The crossing comes at a time when North Korea is under strict anti-coronary measures since it closed its borders in early 2020. So far, no infection has been confirmed.

Public and political outcry erupted after North Korean troops shot dead a South Korean fishing official who went missing at sea in September 2020, Pyongyang accused him of anti-virus rules and apologized.

Two months earlier, North Korean leader Kim Jong Un declared a national emergency and closed a border town after a North Korean deserter with symptoms of COVID-19 crossed the border from South Korea to North Korea.

The fate of this desert is unknown.

The two Koreas are divided on the world’s most armed border, in a demilitarized zone. There are approximately 2 million mines within and around the 248-kilometer (155-mile) long and 4-kilometer (2.5-mile) wide DMZ, and both are protected by wire fences, tank traps, and combat troops. differences.

Defect via DMZ is then rare.

At the height of the Cold War competition, the two Koreas sent agents and spies to each other’s territory via DMZ, but no such incident has been reported in recent years.

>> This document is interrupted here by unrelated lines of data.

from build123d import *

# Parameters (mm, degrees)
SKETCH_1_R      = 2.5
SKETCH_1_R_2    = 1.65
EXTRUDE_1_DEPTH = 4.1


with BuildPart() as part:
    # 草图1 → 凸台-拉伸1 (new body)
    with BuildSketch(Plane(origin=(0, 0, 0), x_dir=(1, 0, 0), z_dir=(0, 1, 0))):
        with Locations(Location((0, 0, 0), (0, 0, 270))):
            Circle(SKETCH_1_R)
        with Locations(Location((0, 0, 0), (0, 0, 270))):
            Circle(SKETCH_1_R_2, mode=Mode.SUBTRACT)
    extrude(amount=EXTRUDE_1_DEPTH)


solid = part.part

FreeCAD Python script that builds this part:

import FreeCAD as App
import Part
import Sketcher

V = App.Vector

doc = App.newDocument("Part")
body = doc.addObject("PartDesign::Body", "Body")

sketch1 = body.newObject("Sketcher::SketchObject", "Sketch")
sketch1.AttachmentSupport = (doc.getObject("XZ_Plane"), [""])
sketch1.MapMode = "FlatFace"
sketch1.addGeometry(Part.Circle(V(0, 0, 0), V(0, 0, 1), 2.5), False)
sketch1.addGeometry(Part.Circle(V(0, 0, 0), V(0, 0, 1), 1.6), False)
sketch1.addConstraint(Sketcher.Constraint("Coincident", 0, 3, -1, 1))
sketch1.addConstraint(Sketcher.Constraint("Coincident", 1, 3, -1, 1))
sketch1.addConstraint(Sketcher.Constraint("Diameter", 0, 5.0))
sketch1.addConstraint(Sketcher.Constraint("Diameter", 1, 3.3))
pad1 = body.newObject("PartDesign::Pad", "Pad")
pad1.Profile = sketch1
pad1.Length = 4.1
pad1.Reversed = True

doc.recompute()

About 34,000 North Koreans have traveled to South Korea since the late 1990s to avoid poverty or political oppression, but most of them have come from countries in China and Southeast Asia.

Prolonged blockades and restrictions on inter-provincial movement have led to a slowdown in the number of North Korean deserters arriving in the South.

Some South Koreans have tried to move away from impoverished and authoritarian North Korea, but it is rare.